Stablecoins Boost U.S. Treasury Demand, Solana Spot ETFs Gain Traction & More

Also: Could 401(k) plans soon gain access to crypto ETFs?

Welcome back!

This is J264G and today a new chapter in the Great American Experiment begins — wishing my friends in the U.S. nothing but the best.

Here are this week’s titbits: 

  • Crypto Retirement: Could 401(k) plans soon gain access to crypto ETFs?

  • Solana Spot ETF: Canary Capital joins the ranks of VanEck and 21Shares. 

  • Stablecoin Economics: USDT & USDC fuel demand for short-dated treasuries.

Not much of an intro needed this week — the chart below says it all.

Now, let’s jump right into this week’s newsletter!

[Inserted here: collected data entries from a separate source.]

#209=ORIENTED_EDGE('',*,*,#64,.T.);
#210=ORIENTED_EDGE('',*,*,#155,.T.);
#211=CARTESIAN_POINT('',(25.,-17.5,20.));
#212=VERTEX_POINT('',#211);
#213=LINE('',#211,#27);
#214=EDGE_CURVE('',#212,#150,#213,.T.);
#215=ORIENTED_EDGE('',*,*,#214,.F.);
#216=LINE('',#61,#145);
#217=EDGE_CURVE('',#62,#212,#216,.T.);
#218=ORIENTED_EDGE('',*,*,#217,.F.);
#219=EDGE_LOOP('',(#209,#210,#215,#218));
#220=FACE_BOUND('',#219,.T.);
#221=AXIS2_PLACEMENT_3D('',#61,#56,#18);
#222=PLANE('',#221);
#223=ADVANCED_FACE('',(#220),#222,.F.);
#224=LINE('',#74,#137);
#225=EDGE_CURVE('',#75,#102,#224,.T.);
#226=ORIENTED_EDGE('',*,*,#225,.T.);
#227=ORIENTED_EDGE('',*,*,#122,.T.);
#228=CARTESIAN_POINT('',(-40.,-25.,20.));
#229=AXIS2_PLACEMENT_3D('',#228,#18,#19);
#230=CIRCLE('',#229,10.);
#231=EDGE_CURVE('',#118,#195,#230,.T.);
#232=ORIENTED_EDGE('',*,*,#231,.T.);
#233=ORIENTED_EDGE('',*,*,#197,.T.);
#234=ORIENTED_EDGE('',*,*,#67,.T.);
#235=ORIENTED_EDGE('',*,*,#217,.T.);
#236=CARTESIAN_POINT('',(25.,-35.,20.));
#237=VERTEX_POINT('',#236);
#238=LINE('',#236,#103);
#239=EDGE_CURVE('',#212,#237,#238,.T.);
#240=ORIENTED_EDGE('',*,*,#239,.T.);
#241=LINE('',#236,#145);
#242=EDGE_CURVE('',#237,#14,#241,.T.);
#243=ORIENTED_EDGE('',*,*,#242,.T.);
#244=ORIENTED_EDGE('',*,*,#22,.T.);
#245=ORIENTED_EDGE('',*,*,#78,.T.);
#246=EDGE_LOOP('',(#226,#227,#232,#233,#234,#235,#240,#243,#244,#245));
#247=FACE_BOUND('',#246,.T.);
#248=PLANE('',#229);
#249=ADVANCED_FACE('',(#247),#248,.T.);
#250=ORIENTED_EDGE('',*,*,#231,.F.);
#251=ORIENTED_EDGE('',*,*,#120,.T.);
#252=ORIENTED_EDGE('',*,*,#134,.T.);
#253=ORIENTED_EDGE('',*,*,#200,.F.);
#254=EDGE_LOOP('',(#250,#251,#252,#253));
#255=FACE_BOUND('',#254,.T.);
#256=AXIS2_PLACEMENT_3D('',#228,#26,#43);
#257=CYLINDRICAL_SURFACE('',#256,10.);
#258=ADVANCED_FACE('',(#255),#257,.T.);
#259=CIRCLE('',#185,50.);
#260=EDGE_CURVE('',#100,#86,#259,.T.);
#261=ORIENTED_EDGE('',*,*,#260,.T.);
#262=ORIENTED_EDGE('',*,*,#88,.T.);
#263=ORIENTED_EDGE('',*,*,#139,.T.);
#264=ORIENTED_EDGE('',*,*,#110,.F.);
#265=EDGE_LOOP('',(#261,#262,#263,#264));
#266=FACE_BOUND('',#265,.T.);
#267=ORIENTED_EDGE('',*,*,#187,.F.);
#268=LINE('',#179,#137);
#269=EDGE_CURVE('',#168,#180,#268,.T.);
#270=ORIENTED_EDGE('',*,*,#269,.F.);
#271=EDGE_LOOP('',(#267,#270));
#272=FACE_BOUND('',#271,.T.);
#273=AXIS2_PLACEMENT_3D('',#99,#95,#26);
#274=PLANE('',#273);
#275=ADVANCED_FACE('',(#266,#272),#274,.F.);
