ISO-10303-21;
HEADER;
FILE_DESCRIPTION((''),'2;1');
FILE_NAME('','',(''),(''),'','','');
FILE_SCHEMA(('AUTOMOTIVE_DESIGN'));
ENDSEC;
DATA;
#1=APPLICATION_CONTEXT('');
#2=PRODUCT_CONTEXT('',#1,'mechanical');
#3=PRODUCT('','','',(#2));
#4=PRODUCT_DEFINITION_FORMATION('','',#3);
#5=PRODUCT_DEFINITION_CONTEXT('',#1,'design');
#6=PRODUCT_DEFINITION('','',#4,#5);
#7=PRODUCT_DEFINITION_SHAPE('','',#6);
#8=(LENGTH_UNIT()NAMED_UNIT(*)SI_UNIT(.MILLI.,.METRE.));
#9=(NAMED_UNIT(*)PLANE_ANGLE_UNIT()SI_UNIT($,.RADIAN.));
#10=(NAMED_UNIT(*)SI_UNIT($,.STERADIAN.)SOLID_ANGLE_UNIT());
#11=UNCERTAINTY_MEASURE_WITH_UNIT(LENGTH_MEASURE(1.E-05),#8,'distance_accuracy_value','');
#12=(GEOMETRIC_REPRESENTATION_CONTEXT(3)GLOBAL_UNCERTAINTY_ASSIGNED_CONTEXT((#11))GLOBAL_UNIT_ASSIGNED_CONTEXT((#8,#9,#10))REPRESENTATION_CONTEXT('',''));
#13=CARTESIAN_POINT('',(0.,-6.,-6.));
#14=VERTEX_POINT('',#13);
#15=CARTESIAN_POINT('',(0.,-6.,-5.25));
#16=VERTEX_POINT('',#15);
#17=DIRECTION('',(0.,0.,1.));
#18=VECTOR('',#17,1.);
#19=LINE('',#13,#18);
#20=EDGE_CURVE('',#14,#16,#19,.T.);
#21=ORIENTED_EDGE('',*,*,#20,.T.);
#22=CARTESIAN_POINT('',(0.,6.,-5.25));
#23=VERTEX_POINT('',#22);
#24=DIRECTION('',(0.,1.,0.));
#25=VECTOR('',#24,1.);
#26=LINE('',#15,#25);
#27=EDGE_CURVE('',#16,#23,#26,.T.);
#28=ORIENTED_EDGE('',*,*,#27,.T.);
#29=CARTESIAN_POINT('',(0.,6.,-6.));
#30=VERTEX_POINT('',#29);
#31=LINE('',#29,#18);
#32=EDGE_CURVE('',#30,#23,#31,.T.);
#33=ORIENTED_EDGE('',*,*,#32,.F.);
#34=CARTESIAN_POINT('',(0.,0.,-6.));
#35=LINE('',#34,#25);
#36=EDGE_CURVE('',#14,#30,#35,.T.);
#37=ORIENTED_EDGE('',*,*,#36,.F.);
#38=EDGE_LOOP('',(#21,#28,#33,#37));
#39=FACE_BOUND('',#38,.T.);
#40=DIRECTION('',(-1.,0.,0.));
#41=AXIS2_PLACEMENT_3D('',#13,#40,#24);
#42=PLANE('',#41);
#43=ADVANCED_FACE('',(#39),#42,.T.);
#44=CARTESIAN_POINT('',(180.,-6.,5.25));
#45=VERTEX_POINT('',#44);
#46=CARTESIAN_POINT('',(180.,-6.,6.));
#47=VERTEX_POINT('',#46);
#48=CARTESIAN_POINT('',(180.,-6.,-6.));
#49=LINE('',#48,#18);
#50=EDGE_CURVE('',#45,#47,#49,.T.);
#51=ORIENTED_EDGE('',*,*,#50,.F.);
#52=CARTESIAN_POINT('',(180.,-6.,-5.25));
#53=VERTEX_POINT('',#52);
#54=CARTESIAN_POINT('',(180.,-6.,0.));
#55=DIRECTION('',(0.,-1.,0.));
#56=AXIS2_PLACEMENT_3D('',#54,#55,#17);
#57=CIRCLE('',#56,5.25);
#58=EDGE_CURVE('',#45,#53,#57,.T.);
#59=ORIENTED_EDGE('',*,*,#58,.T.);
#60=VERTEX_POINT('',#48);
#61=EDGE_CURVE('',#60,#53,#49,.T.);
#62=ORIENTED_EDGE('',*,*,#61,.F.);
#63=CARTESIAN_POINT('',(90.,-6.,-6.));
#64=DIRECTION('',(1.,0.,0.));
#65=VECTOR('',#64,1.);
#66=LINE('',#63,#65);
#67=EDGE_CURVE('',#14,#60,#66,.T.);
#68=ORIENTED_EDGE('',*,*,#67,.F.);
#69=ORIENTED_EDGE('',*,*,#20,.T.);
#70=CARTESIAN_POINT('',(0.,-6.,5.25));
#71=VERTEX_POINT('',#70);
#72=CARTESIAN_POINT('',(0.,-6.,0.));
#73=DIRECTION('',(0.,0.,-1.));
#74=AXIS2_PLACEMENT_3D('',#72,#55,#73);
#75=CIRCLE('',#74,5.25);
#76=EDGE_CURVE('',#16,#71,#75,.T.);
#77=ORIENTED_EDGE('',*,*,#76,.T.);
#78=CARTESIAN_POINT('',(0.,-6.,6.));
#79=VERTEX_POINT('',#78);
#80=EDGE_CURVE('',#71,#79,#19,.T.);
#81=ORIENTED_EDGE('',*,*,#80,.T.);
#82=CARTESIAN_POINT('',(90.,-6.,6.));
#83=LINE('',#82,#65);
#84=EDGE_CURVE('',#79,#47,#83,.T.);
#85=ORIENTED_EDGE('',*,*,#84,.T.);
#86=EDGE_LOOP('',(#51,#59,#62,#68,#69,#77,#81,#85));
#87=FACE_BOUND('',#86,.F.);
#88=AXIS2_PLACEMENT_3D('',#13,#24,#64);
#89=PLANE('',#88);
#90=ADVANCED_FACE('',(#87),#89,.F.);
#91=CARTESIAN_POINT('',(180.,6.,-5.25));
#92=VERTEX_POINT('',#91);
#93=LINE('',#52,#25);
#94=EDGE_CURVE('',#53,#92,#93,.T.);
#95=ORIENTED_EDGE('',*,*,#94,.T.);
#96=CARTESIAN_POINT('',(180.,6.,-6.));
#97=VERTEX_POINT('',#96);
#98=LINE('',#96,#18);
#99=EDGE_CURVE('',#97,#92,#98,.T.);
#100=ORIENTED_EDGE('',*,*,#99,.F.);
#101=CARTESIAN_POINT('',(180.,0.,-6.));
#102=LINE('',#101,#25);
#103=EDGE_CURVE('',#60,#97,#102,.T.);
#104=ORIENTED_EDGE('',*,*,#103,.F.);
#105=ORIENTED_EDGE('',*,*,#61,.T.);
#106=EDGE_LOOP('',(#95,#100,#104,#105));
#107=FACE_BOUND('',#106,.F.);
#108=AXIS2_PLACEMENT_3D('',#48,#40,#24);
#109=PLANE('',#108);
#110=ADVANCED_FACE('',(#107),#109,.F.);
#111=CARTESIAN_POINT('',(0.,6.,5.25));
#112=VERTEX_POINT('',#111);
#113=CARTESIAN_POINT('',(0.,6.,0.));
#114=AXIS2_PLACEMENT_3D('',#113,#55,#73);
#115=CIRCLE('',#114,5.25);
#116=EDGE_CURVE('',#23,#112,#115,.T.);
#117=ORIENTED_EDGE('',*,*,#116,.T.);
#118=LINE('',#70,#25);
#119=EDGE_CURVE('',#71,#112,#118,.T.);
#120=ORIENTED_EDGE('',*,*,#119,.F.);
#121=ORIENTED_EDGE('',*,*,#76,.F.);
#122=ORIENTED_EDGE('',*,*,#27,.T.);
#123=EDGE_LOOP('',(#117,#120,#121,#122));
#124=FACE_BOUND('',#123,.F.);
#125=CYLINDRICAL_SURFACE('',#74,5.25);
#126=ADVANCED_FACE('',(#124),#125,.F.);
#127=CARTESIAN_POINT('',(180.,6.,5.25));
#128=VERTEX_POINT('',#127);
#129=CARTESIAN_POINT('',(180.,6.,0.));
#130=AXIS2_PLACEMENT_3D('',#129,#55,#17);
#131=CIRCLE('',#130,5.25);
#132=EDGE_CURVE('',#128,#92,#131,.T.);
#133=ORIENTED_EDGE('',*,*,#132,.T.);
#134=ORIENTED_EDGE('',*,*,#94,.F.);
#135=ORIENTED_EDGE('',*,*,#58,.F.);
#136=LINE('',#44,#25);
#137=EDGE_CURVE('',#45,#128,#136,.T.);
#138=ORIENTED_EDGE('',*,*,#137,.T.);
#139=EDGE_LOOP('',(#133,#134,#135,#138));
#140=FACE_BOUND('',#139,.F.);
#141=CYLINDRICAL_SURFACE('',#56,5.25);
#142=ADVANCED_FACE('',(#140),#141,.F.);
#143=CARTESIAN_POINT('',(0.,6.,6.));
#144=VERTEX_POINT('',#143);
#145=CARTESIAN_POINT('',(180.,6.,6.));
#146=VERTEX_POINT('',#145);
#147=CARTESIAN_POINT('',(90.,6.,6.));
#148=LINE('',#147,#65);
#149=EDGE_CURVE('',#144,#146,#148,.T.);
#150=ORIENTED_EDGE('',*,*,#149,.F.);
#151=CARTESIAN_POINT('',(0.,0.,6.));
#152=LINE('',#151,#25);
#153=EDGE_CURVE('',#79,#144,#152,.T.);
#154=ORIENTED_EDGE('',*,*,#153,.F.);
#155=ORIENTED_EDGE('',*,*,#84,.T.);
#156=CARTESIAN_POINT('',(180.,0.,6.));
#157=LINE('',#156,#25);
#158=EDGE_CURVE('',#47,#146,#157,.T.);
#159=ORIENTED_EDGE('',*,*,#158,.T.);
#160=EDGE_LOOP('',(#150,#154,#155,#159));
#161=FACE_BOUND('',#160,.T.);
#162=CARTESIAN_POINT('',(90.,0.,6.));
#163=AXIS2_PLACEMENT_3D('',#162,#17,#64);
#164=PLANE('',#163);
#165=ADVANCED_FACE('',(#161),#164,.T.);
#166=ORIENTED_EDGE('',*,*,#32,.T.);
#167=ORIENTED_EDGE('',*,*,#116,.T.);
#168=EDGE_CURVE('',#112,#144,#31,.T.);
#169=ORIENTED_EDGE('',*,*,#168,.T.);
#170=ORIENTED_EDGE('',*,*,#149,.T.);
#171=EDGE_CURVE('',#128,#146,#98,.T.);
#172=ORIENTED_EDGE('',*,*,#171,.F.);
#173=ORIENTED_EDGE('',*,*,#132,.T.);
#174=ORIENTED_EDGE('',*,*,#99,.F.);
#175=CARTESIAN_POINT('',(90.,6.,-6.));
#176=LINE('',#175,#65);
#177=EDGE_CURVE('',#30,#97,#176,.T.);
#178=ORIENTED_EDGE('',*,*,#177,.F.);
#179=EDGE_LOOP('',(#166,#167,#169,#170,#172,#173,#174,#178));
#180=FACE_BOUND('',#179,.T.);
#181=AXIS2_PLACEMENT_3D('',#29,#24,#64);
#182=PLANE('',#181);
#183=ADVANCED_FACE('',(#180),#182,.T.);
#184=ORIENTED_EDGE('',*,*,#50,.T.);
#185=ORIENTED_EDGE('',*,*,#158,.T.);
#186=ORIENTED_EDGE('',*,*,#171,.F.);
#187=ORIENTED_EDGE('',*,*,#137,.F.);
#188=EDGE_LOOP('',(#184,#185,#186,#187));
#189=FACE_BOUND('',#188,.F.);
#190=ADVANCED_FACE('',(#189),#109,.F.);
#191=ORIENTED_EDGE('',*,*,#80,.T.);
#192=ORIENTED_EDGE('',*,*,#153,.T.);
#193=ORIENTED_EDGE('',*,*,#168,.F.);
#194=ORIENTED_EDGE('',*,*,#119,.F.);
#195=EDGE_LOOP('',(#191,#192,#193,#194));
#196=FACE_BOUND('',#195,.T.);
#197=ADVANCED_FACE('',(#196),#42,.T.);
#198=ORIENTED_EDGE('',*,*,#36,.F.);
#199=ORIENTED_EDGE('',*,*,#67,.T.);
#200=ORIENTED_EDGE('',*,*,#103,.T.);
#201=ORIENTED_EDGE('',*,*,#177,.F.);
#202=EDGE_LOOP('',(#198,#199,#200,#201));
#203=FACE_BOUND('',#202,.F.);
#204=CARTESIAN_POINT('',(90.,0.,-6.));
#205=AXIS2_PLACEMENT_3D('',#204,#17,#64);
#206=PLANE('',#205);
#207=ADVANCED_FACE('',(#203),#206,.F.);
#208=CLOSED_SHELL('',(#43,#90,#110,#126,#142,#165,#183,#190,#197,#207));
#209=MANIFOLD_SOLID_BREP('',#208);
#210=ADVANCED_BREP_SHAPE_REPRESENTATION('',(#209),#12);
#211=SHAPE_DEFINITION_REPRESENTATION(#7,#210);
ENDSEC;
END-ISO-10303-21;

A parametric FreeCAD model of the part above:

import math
import FreeCAD as App
import Part
import Sketcher


def add_polygon(sketch, points):
    """Adds a closed chain of lines whose ends are joined by coincident constraints."""
    first, n = sketch.GeometryCount, len(points)
    for a, b in zip(points, points[1:] + points[:1]):
        sketch.addGeometry(Part.LineSegment(App.Vector(*a, 0), App.Vector(*b, 0)), False)
    for i in range(n):
        sketch.addConstraint(Sketcher.Constraint("Coincident", first + i, 2, first + (i + 1) % n, 1))

doc = App.newDocument("Part")
body = doc.addObject("PartDesign::Body", "Body")

# Sketch on XY plane
sketch1 = body.newObject("Sketcher::SketchObject", "Sketch")
sketch1.AttachmentSupport = (doc.getObject("XY_Plane"), [""])
sketch1.MapMode = "FlatFace"
sketch1.AttachmentOffset = App.Placement(App.Vector(0, 0, -6), App.Rotation())
add_polygon(sketch1, [(0, 6), (0, -6), (180, -6), (180, 6)])  # lines 0-3
sketch1.addConstraint(Sketcher.Constraint("Vertical", 0))
sketch1.addConstraint(Sketcher.Constraint("Horizontal", 1))
sketch1.addConstraint(Sketcher.Constraint("Vertical", 2))
sketch1.addConstraint(Sketcher.Constraint("Horizontal", 3))
sketch1.addConstraint(Sketcher.Constraint("Symmetric", 0, 2, 3, 2, -1, 1))
sketch1.addConstraint(Sketcher.Constraint("DistanceX", 1, 1, 1, 2, 180.0))
sketch1.addConstraint(Sketcher.Constraint("DistanceY", 0, 2, 0, 1, 12.0))
pad1 = body.newObject("PartDesign::Pad", "Pad")
pad1.Profile = sketch1
pad1.Length = 12

# Sketch on XZ plane
sketch2 = body.newObject("Sketcher::SketchObject", "Sketch001")
sketch2.AttachmentSupport = (doc.getObject("XZ_Plane"), [""])
sketch2.MapMode = "FlatFace"
sketch2.AttachmentOffset = App.Placement(App.Vector(0, 0, 6), App.Rotation())
sketch2.addGeometry(Part.ArcOfCircle(Part.Circle(App.Vector(0, 0, 0), App.Vector(0, 0, 1), 5.25), math.radians(-90), math.radians(90)), False)
sketch2.addGeometry(Part.LineSegment(App.Vector(0, 5.25, 0), App.Vector(0, -5.25, 0)), False)
sketch2.addGeometry(Part.ArcOfCircle(Part.Circle(App.Vector(180, 0, 0), App.Vector(0, 0, 1), 5.25), math.radians(90), math.radians(270)), False)
sketch2.addGeometry(Part.LineSegment(App.Vector(180, -5.25, 0), App.Vector(180, 5.25, 0)), False)
sketch2.addConstraint(Sketcher.Constraint("Coincident", 0, 1, 1, 2))
sketch2.addConstraint(Sketcher.Constraint("Coincident", 1, 1, 0, 2))
sketch2.addConstraint(Sketcher.Constraint("Coincident", 2, 1, 3, 2))
sketch2.addConstraint(Sketcher.Constraint("Coincident", 3, 1, 2, 2))
sketch2.addConstraint(Sketcher.Constraint("Vertical", 1))
sketch2.addConstraint(Sketcher.Constraint("Vertical", 3))
sketch2.addConstraint(Sketcher.Constraint("Coincident", 0, 3, -1, 1))
sketch2.addConstraint(Sketcher.Constraint("Equal", 0, 2))
sketch2.addConstraint(Sketcher.Constraint("PointOnObject", 2, 3, -1))
sketch2.addConstraint(Sketcher.Constraint("PointOnObject", 0, 1, -2))
sketch2.addConstraint(Sketcher.Constraint("Radius", 0, 5.25))
sketch2.addConstraint(Sketcher.Constraint("DistanceX", -1, 1, 2, 3, 180.0))
sketch2.addConstraint(Sketcher.Constraint("DistanceX", -1, 1, 2, 1, 180.0))
pocket1 = body.newObject("PartDesign::Pocket", "Pocket")
pocket1.Profile = sketch2
pocket1.Length = 12

doc.recompute()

Click on any underlined heading/hyperlink to learn more.

Spotlight

Convergence

In the past, traditional financial entities, fintechs, and the onchain economy operated in separate realms. But now, legacy institutions and neo-platforms are increasingly adopting crypto — i.e. digital assets and blockchain technology into their products and services.

Stripe and Robinhood are the canaries in the coal mine. 

Stripe’s acquisition of Bridge strengthens its foothold in the stablecoin and digital payment ecosystem, while Robinhood’s entry into prediction markets is a nod to Polymarket’s success — and that of Kalshi, of course.

This convergence of business models means that competition between traditional finance and crypto platforms is intensifying. 

But why are legacy institutions moving into the crypto spaces? 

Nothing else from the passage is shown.